John S. Farmer. A dictionary of slang: An alphabetical history of colloquial, unorthodox, underground and vulgar English. (1980 reprint of Slang and its analogues, 1890). Mostly eighteenth- and early nineteenth-century slang, with an emphasis on the London underworld. In two fat volumes! As great for browsing as it is for reference (“tip us your flipper” = give me your hand: vital information for all time travelers). My only complaint is that the organization is eccentric. Words are gathered together by subject, under a headword that the editor judged to be, I suppose, the most common term — so that, for example, all terms for the female pudenda are listed under Monosyllable (!). Copious cross-references could have cured this defect, but they are sparse.
Malcolm Balen. The secret history of the South Sea bubble: The world’s first great financial scandal. I don’t know how secret any of this actually is, but it’s fascinating to see all the threads gathered together and laid out plainly.
Lapham’s quarterly, volume 5, number 3: Magic shows. At a recent Friends of the Library book sale, I saw a box under the table with a nearly complete run of this fine publication, many of them still in shrink-wrap. Naturally, I snapped them up; at $5 a bag (it was the last day), how can you go wrong?

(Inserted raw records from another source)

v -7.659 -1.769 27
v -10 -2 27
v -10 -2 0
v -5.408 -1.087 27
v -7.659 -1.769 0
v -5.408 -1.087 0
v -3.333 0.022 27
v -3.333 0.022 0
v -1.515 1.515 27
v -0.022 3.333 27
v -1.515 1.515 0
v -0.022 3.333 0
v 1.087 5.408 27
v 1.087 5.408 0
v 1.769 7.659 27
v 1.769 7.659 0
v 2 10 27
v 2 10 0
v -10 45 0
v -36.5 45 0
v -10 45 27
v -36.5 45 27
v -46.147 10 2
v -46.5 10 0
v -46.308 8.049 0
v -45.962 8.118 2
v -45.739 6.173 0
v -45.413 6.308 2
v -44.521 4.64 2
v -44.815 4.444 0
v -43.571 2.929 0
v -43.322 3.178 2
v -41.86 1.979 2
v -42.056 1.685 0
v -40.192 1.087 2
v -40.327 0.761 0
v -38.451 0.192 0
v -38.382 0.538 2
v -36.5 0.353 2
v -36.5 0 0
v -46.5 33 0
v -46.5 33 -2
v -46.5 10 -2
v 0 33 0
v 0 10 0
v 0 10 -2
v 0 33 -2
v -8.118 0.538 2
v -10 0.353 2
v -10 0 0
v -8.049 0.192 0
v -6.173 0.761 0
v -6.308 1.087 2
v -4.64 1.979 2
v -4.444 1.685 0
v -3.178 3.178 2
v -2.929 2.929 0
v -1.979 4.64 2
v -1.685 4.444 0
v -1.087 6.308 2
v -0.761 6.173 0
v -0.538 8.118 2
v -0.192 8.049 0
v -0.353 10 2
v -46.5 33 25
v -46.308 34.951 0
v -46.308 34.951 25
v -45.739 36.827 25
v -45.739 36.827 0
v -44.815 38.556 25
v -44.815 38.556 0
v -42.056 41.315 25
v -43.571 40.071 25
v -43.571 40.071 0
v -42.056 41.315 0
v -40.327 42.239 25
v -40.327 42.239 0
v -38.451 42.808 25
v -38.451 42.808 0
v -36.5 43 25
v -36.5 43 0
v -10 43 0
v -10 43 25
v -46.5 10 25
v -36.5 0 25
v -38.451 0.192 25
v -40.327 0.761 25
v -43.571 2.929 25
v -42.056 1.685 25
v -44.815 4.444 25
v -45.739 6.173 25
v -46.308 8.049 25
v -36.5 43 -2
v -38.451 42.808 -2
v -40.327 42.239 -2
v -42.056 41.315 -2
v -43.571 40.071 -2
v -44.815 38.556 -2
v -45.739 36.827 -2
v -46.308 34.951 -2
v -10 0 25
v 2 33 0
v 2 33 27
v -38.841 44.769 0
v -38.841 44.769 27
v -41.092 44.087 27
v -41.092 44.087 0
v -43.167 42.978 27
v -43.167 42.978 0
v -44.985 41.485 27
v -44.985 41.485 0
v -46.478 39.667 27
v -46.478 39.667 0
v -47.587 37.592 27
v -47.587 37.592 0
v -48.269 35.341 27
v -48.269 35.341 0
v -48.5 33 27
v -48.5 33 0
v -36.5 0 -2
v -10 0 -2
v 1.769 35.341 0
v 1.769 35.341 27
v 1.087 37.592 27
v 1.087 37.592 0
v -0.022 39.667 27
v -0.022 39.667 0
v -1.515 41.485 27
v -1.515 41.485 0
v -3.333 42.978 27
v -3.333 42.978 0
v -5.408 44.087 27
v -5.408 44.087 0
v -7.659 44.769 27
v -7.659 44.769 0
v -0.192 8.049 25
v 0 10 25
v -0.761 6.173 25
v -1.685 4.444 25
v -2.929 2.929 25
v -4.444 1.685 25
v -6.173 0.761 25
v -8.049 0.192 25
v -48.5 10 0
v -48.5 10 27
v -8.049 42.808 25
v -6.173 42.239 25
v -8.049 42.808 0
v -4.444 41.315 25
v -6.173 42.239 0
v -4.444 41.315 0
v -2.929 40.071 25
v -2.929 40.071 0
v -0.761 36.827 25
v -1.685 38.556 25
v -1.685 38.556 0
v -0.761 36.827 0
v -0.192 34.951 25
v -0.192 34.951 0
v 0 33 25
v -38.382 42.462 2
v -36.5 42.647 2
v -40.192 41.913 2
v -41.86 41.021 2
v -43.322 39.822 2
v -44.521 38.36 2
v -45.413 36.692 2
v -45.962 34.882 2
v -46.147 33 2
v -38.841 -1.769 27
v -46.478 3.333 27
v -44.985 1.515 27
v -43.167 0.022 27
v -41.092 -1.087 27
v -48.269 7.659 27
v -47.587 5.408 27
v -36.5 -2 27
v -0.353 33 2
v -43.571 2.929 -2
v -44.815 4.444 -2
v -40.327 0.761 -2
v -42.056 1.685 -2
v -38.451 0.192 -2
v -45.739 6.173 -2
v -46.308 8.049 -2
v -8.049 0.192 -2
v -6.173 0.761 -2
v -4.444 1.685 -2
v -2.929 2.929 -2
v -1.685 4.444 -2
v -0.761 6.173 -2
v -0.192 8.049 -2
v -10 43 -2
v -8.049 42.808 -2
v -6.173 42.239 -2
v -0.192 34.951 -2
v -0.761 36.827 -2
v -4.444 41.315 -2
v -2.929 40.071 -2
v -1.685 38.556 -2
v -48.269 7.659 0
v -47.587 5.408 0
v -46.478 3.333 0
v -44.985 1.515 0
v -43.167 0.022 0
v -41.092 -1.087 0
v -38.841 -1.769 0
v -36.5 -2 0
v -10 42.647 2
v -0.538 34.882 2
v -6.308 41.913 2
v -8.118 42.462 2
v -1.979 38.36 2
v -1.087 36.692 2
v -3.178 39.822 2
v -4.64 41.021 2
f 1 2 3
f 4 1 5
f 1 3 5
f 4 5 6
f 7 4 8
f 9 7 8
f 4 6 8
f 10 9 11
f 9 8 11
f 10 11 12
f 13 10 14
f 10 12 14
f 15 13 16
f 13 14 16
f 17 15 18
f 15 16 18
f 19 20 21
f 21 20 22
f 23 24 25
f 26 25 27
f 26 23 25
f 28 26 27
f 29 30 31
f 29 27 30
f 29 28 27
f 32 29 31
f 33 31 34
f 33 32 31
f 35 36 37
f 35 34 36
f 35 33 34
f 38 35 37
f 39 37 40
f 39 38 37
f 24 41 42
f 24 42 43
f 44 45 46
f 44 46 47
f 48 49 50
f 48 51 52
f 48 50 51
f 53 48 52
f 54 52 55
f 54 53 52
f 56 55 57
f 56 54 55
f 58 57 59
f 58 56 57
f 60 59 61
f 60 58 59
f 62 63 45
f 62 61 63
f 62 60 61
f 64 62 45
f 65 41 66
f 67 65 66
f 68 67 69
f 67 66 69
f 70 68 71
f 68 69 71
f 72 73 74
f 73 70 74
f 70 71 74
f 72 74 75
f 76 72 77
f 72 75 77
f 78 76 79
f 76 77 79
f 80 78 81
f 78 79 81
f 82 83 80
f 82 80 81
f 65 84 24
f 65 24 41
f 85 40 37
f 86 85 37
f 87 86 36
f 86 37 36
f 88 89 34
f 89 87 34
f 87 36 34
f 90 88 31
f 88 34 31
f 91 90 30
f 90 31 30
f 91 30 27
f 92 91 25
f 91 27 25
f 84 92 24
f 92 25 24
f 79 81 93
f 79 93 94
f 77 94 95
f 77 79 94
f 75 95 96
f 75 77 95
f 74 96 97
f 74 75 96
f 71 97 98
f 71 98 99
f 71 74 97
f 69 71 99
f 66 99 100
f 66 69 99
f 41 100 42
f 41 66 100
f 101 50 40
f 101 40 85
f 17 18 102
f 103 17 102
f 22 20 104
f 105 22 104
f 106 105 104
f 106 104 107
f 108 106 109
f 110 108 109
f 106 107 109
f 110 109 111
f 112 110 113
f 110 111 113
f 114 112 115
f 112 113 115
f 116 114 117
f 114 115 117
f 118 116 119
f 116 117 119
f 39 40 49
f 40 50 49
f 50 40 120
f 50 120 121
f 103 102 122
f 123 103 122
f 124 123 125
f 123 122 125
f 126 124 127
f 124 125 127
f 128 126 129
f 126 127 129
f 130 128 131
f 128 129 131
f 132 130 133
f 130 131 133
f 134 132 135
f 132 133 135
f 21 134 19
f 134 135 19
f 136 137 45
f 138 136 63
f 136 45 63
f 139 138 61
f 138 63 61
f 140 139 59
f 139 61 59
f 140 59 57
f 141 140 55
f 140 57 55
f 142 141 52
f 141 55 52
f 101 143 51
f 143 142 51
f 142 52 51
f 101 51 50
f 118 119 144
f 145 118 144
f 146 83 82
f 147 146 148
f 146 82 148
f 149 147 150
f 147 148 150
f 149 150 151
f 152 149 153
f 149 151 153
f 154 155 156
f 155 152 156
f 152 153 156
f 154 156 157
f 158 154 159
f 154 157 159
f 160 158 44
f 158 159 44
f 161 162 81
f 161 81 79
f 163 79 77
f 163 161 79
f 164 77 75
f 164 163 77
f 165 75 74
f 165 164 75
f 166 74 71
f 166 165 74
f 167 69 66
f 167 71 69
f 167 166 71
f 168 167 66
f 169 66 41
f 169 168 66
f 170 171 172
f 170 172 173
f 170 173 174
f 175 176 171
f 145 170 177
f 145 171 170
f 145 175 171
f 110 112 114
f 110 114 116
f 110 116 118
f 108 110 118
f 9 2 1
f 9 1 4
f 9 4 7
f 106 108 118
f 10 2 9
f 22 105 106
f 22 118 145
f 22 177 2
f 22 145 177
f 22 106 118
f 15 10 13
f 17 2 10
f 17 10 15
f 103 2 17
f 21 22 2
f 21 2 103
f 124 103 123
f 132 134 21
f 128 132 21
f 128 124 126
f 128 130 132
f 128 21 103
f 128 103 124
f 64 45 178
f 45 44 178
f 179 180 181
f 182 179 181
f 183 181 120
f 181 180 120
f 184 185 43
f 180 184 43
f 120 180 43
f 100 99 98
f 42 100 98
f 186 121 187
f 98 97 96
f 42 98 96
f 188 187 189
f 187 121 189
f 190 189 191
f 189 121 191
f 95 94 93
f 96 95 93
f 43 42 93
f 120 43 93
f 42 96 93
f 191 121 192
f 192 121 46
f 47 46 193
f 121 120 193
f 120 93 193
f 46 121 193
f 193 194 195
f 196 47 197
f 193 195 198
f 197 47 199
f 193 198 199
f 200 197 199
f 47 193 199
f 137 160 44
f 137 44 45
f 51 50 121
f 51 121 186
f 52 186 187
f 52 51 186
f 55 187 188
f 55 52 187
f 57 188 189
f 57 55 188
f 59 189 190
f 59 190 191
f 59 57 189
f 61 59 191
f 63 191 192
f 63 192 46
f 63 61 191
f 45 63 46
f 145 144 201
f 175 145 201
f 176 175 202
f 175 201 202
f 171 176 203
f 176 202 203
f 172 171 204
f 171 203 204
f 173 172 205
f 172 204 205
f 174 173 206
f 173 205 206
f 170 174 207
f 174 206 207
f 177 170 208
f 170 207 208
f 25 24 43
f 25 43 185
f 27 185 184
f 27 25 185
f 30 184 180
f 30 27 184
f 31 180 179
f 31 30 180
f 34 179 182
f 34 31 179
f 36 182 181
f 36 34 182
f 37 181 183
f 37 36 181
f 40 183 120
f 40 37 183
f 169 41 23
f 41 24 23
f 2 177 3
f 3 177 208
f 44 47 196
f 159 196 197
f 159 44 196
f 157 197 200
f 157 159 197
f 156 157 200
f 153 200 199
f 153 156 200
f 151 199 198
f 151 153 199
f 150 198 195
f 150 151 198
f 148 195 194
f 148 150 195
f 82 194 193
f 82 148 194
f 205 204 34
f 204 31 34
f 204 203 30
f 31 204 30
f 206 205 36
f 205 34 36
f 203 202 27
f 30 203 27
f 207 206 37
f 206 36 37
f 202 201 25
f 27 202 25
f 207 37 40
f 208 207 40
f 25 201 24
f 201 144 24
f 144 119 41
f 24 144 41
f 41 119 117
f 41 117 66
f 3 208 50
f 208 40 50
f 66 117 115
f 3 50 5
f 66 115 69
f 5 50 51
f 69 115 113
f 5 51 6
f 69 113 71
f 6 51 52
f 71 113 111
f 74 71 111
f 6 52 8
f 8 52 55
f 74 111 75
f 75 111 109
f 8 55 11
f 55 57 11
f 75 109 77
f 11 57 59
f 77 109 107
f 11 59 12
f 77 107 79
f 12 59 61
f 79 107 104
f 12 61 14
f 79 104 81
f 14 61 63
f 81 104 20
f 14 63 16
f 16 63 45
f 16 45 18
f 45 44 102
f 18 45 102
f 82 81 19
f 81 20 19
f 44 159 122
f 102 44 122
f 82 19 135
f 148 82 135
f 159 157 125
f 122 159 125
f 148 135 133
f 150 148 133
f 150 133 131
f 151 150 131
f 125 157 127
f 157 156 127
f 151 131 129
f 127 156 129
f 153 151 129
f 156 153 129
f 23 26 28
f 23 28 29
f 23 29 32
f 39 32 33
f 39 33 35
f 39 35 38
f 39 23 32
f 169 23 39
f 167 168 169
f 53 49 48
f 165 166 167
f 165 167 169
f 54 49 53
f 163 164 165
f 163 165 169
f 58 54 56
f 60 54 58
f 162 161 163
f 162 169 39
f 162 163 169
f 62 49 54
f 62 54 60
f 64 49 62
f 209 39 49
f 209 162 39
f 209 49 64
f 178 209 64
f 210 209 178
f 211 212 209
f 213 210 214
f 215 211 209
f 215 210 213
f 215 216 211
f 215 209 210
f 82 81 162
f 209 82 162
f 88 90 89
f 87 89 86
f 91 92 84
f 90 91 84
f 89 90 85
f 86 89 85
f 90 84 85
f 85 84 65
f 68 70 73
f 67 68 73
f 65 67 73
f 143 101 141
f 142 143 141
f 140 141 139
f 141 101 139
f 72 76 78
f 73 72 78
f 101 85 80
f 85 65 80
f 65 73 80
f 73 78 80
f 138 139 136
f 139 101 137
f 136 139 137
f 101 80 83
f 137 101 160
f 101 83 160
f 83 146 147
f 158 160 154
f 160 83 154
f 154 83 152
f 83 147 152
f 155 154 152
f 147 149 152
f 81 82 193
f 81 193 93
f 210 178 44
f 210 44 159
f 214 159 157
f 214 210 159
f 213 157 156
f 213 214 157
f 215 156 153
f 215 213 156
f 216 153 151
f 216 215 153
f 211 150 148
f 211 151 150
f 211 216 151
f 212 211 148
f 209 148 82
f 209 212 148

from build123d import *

# Parameters (mm, degrees)
RESSALTO_EXTRUS_O1_DEPTH           = 25
CASCA1_START                       = -36.5
CASCA1_OUTLINE_W                   = 43
CASCA1_OUTLINE_H                   = 25
CASCA1_DEPTH                       = 26.5
CASCA1_2_DEPTH                     = 26.5
CASCA1_3_DEPTH                     = 25
CASCA1_4_DEPTH                     = 27
CASCA1_START_2                     = 25
CASCA1_5_DEPTH                     = 2
RESSALTO_EXTRUS_O2_DEPTH           = 2
RESSALTO_EXTRUS_O2_OTHER_WAY_DEPTH = 2
RESSALTO_EXTRUS_O2_OTHER_WAY_TAPER = 10


with BuildPart() as part:
    # Esboço1 → Ressalto-extrusão1 (new body)
    with BuildSketch(Plane.XY):
        with BuildLine():
            Line((-10, 0), (-36.5, 0))
            ThreePointArc((-36.5, 0), (-43.571067812, 2.928932188), (-46.5, 10))
            Line((-46.5, 10), (-46.5, 33))
            ThreePointArc((-46.5, 33), (-43.571067812, 40.071067812), (-36.5, 43))
            Line((-36.5, 43), (-10, 43))
            ThreePointArc((-10, 43), (-2.928932188, 40.071067812), (0, 33))
            Line((0, 33), (0, 10))
            ThreePointArc((0, 10), (-2.928932188, 2.928932188), (-10, 0))
        make_face()
    extrude(amount=RESSALTO_EXTRUS_O1_DEPTH)

    # Casca1: read off the stored shape, not the designer's step
    # Casca1 outline → Casca1 (cut)
    with BuildSketch(Plane.YZ.offset(CASCA1_START)):
        with Locations((21.5, 12.5)):
            Rectangle(CASCA1_OUTLINE_W, CASCA1_OUTLINE_H)
    extrude(amount=CASCA1_DEPTH, mode=Mode.SUBTRACT)

    # Casca1 2 outline → Casca1 2 (add)
    with BuildSketch(Plane.YZ.offset(CASCA1_START)):
        Polygon((-2, 27), (-2, 0), (0, 0), (0, 25), (43, 25), (43, 0), (45, 0), (45, 27), align=None)
    extrude(amount=CASCA1_2_DEPTH)

    # Casca1 3 outline → Casca1 3 (cut)
    with BuildSketch(Plane.XY):
        with BuildLine():
            Line((-36.5, 0), (-36.5, 43))
            ThreePointArc((-36.5, 43), (-43.571067812, 40.071067812), (-46.5, 33))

James Tiptree, Jr. Her smoke rose up forever. I recently read Julie Phillips’s fine biography, James Tiptree, Jr.: The double life of Alice B. Sheldon. Rereading the stories now, there’s an eerie sensation of seeing through the surface of the fiction and catching elusive glimpses of something else lurking there, something darker, sadder, more desperate, more painful than any possible endurance.